Entre os mais de 1 mil atendidos no período de 22 de junho a 22 de setembro, os casos graves ocupam grande espaço. “Realizamos muitas intervenções ortopédicas e explorações abdominais. Houve casos de pacientes com 13 ou até mais buracos no intestino e outros com ferimentos na bexiga, ou baço dividido em dois”, relata a enfermeira cirúrgica Ruth Priestley, que passou nove semanas na Síria com os MSF. Em outro caso, a voluntária afirma que um dos pacientes operado tinha ao menos 20 ferimentos pelo corpo, desde estilhaços de bombas e granadas a tiros.

Os ferimentos mais comuns são provocados por tiros, explosões e bombas jogadas em prédios que acabam provocando feridos. “Há também pessoas que fogem da violência e precisam de suporte médico para problemas como diabetes e hipertensão. Estes últimos sofrem consequências graves por não conseguirem mais comprar seus remédios regulares porque não há farmácias”, relata Terzian, a CartaCapital.

Existem ainda registros de crianças gravemente feridas – ao todo, elas representam 10% dos pacientes do hospital. Priestley conta ter recebido cerca de sete crianças de uma só vez, após o bombardeio de um bazar em uma cidade próxima. “É revoltante e muito entristecedor observar o impacto disso tudo na vida das pessoas. Quando o bazar foi bombardeado, os afetados eram civis; e isso revolta. Diariamente, observamos a realidade da vida em meio a uma guerra e os prejuízos associados a isso: todas essas pessoas feridas e mutiladas para toda a vida.”

A violência provocada por rebeldes e militares fica do lado de fora do hospital. Do lado de dentro, ambos os lados são atendidos. “Quando os pacientes chegam não perguntamos se são civis ou militares. Ninguém entra com armas, pois temos que ser neutros”, diz Terzian. O médico ainda aponta ser difícil distinguir no cenário de violência massiva qual lado é responsável pelo maior número de vítimas. “A situação é caótica. A equipe que está na Síria trabalhou na Somália e, recentemente, na Líbia e na Costa do Marfim. De toda a experiência que tiveram, essa é o pior em termos de violência.”
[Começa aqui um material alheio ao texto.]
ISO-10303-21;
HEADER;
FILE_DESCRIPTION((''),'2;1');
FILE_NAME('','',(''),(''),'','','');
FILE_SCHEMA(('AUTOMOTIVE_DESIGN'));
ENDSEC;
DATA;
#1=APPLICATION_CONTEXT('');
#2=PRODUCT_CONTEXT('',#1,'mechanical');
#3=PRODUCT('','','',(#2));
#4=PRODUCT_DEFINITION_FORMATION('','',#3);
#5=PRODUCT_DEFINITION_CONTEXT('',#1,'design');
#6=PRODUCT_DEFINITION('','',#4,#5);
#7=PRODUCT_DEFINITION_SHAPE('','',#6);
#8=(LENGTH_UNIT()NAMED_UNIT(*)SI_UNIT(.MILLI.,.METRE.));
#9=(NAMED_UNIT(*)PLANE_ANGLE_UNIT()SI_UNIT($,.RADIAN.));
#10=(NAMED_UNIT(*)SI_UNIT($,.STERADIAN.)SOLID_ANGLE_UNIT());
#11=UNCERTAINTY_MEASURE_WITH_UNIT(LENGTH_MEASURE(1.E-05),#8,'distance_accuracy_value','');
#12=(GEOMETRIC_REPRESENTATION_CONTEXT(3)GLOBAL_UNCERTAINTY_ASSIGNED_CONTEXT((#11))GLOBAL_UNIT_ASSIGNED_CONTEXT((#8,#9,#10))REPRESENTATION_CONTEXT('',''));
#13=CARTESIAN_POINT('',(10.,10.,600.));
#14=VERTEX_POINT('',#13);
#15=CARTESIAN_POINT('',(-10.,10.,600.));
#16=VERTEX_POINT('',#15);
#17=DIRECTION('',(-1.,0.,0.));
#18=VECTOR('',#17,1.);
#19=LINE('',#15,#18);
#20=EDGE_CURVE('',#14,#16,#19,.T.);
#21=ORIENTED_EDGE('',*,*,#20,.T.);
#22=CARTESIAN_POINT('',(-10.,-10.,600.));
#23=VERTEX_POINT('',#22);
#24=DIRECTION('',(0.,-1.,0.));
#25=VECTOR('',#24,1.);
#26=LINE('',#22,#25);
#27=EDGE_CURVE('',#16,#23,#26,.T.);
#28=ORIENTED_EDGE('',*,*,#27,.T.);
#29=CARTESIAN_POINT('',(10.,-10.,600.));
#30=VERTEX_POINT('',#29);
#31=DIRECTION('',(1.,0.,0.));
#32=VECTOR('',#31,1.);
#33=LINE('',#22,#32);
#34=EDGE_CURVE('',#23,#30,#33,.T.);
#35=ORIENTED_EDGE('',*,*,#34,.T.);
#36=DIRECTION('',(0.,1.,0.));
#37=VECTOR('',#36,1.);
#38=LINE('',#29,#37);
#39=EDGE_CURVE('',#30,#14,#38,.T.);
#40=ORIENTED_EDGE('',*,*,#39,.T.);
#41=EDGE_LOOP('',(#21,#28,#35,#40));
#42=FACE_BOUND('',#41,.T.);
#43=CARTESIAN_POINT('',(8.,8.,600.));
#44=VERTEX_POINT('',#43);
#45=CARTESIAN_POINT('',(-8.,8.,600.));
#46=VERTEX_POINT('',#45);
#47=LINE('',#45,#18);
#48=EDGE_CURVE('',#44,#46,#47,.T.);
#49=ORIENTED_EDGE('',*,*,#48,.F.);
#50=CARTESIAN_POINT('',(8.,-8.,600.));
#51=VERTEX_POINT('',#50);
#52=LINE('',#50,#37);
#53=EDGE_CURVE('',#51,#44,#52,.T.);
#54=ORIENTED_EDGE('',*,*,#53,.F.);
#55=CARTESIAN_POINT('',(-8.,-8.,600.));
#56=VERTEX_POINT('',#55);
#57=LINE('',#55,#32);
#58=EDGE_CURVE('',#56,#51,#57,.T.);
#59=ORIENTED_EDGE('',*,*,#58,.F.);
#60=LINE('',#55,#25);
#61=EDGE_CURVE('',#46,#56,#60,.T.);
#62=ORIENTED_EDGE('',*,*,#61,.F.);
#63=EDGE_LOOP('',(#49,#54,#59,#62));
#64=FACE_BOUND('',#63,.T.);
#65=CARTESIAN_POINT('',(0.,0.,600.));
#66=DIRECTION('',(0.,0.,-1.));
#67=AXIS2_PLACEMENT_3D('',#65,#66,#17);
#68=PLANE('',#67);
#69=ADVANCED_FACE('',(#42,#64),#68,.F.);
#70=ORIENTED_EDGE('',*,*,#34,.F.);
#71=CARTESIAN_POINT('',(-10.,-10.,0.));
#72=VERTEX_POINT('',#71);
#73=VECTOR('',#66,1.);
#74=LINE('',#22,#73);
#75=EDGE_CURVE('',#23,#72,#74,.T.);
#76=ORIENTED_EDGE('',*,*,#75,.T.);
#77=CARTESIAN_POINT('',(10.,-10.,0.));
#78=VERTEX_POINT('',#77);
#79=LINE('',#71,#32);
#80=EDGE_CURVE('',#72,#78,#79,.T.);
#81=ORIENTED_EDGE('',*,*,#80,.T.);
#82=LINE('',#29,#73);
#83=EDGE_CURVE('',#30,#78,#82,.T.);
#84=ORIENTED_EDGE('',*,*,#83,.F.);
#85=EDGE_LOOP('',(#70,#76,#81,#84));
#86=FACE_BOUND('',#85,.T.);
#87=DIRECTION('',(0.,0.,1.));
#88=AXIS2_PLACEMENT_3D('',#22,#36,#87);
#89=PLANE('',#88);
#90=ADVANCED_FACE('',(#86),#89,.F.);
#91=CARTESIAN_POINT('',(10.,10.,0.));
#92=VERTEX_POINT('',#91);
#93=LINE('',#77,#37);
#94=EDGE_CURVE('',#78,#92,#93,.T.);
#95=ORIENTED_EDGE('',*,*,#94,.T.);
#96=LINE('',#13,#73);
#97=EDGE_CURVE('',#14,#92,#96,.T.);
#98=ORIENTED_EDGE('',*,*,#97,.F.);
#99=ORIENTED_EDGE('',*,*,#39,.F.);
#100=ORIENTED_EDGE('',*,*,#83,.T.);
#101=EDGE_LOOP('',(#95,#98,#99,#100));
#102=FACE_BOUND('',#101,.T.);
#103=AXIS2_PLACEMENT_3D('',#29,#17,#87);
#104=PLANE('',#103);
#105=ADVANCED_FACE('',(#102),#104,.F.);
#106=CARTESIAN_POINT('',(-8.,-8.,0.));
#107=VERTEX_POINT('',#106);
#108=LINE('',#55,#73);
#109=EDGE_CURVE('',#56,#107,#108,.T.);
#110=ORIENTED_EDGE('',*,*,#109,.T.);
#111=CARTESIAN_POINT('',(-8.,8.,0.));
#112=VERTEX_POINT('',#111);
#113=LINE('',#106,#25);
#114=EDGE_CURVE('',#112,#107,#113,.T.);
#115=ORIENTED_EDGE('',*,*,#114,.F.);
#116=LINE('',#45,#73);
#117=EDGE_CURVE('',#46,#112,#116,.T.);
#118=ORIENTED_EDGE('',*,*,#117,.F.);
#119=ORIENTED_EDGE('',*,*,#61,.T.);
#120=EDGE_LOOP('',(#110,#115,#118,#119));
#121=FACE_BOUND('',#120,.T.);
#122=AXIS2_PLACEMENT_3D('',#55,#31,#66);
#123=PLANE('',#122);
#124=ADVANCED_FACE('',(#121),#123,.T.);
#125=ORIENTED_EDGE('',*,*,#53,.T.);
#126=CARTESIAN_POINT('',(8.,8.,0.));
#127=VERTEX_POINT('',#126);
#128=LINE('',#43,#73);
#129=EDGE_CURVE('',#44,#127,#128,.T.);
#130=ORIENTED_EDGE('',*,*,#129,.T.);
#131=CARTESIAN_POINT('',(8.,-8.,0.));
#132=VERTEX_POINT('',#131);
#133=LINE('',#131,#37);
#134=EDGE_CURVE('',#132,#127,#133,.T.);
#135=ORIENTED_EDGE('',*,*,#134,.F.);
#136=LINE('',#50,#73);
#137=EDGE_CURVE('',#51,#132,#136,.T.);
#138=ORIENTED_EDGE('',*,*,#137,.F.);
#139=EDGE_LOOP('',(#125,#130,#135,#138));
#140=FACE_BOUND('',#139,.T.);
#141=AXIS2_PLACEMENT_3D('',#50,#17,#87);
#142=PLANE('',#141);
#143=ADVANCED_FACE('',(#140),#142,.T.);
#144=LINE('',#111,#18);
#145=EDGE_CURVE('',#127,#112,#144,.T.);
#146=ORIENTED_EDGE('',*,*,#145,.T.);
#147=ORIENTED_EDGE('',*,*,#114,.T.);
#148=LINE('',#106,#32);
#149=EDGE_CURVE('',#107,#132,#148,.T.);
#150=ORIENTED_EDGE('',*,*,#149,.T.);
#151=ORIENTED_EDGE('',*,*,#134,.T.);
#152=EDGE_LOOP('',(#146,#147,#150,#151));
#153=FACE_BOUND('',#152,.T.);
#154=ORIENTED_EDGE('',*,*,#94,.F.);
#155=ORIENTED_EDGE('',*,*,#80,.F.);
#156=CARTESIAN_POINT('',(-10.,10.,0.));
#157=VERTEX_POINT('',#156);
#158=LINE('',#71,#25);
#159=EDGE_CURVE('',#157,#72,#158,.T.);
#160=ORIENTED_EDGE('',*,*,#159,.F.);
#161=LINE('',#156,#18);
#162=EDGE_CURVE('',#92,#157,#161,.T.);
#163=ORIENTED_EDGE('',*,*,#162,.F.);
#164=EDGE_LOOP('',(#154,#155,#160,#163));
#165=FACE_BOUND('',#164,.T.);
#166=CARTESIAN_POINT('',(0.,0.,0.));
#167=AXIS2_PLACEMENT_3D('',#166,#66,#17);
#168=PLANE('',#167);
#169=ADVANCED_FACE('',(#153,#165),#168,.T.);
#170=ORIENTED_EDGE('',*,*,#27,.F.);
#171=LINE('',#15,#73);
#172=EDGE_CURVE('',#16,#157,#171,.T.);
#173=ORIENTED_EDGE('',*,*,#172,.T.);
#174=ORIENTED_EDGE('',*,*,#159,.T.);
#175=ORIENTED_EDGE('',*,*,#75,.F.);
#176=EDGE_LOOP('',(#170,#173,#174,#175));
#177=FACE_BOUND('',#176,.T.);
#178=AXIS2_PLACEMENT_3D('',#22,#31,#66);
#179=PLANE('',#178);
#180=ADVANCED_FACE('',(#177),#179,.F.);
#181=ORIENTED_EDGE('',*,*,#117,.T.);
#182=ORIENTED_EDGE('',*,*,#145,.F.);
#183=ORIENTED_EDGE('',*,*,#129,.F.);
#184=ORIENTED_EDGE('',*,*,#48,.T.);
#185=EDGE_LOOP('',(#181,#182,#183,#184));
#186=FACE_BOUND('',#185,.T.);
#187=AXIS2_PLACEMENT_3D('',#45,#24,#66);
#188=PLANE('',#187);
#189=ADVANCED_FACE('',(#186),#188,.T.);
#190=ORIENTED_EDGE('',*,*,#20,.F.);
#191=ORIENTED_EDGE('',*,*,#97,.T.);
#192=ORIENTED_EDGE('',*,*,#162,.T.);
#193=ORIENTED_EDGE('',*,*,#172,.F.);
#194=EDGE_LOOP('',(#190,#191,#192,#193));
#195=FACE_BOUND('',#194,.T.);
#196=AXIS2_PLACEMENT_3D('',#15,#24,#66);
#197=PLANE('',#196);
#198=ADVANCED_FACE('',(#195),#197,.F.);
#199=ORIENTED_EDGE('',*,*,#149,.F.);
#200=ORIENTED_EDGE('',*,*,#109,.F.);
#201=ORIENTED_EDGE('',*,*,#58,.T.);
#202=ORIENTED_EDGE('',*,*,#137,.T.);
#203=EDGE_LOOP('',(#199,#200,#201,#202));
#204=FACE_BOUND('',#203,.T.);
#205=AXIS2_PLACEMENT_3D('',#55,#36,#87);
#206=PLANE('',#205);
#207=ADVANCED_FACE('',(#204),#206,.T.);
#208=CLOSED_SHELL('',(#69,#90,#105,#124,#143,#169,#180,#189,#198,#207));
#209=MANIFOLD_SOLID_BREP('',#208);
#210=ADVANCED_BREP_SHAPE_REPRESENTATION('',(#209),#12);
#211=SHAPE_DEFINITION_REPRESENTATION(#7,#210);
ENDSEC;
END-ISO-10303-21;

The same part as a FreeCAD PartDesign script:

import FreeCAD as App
import Part
import Sketcher

V = App.Vector
Q = App.Units.Quantity


def add_polygon(sketch, points):
    """Adds a closed chain of lines whose ends are joined by coincident constraints."""
    first, n = sketch.GeometryCount, len(points)
    for a, b in zip(points, points[1:] + points[:1]):
        sketch.addGeometry(Part.LineSegment(App.Vector(*a, 0), App.Vector(*b, 0)), False)
    for i in range(n):
        sketch.addConstraint(Sketcher.Constraint("Coincident", first + i, 2, first + (i + 1) % n, 1))

doc = App.newDocument("Part")
body = doc.addObject("PartDesign::Body", "Body")

# Sketch on XY plane
sketch1 = body.newObject("Sketcher::SketchObject", "Sketch")
sketch1.AttachmentSupport = (doc.getObject("XY_Plane"), [""])
sketch1.MapMode = "FlatFace"
add_polygon(sketch1, [(-10, 10), (-10, -10), (10, -10), (10, 10)])  # lines 0-3
add_polygon(sketch1, [(8, -8), (-8, -8), (-8, 8), (8, 8)])  # lines 4-7
sketch1.addConstraint(Sketcher.Constraint("Vertical", 0))
sketch1.addConstraint(Sketcher.Constraint("Horizontal", 1))
sketch1.addConstraint(Sketcher.Constraint("Vertical", 2))
sketch1.addConstraint(Sketcher.Constraint("Horizontal", 3))
sketch1.addConstraint(Sketcher.Constraint("Horizontal", 4))
sketch1.addConstraint(Sketcher.Constraint("Vertical", 5))
sketch1.addConstraint(Sketcher.Constraint("Horizontal", 6))
sketch1.addConstraint(Sketcher.Constraint("Vertical", 7))
sketch1.addConstraint(Sketcher.Constraint("Symmetric", 0, 2, 2, 2, -1, 1))
sketch1.addConstraint(Sketcher.Constraint("Symmetric", 4, 2, 6, 2, -1, 1))
sketch1.addConstraint(Sketcher.Constraint("Equal", 3, 0))
sketch1.addConstraint(Sketcher.Constraint("Equal", 6, 5))
sketch1.addConstraint(Sketcher.Constraint("DistanceX", 1, 1, 1, 2, Q("20 mm")))
sketch1.addConstraint(Sketcher.Constraint("DistanceX", 4, 2, 4, 1, Q("16 mm")))
pad1 = body.newObject("PartDesign::Pad", "Pad")
pad1.Profile = sketch1
pad1.Length = 600

doc.recompute()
Em meio a este quadro, os deslocamentos internos passam a ser mais frequentes conforme a população busca locais seguros para se abrigar. Um movimento que provoca uma realocação de indivíduos não prevista, como é o caso do vilarejo onde o MSF mantém suas atividades. Antes do conflito, o local tinha cerca de 3 mil habitantes, que saltaram para 30 mil. “Há pessoas vivendo por longos períodos em casas com cinco ou seis famílias”, conta Terzian.

Com isso, degradam-se as condições sanitárias e de vida dos deslocados, que enfrentam dificuldades de acesso à comida, água e serviços de saúde. “Tivemos em junho duas semanas uma epidemia de diarreia e de desidratação.” Problemas que poderiam ser mais facilmente superados com a ajuda internacional, ainda pequena. “As pessoas com quem falei estavam desapontadas politicamente e militarmente, porque não há assistência real à oposição. Em breve, disseram, também ficarão desiludidos em temos humanitários, pois a assistência internacional é fraca. É a realidade.”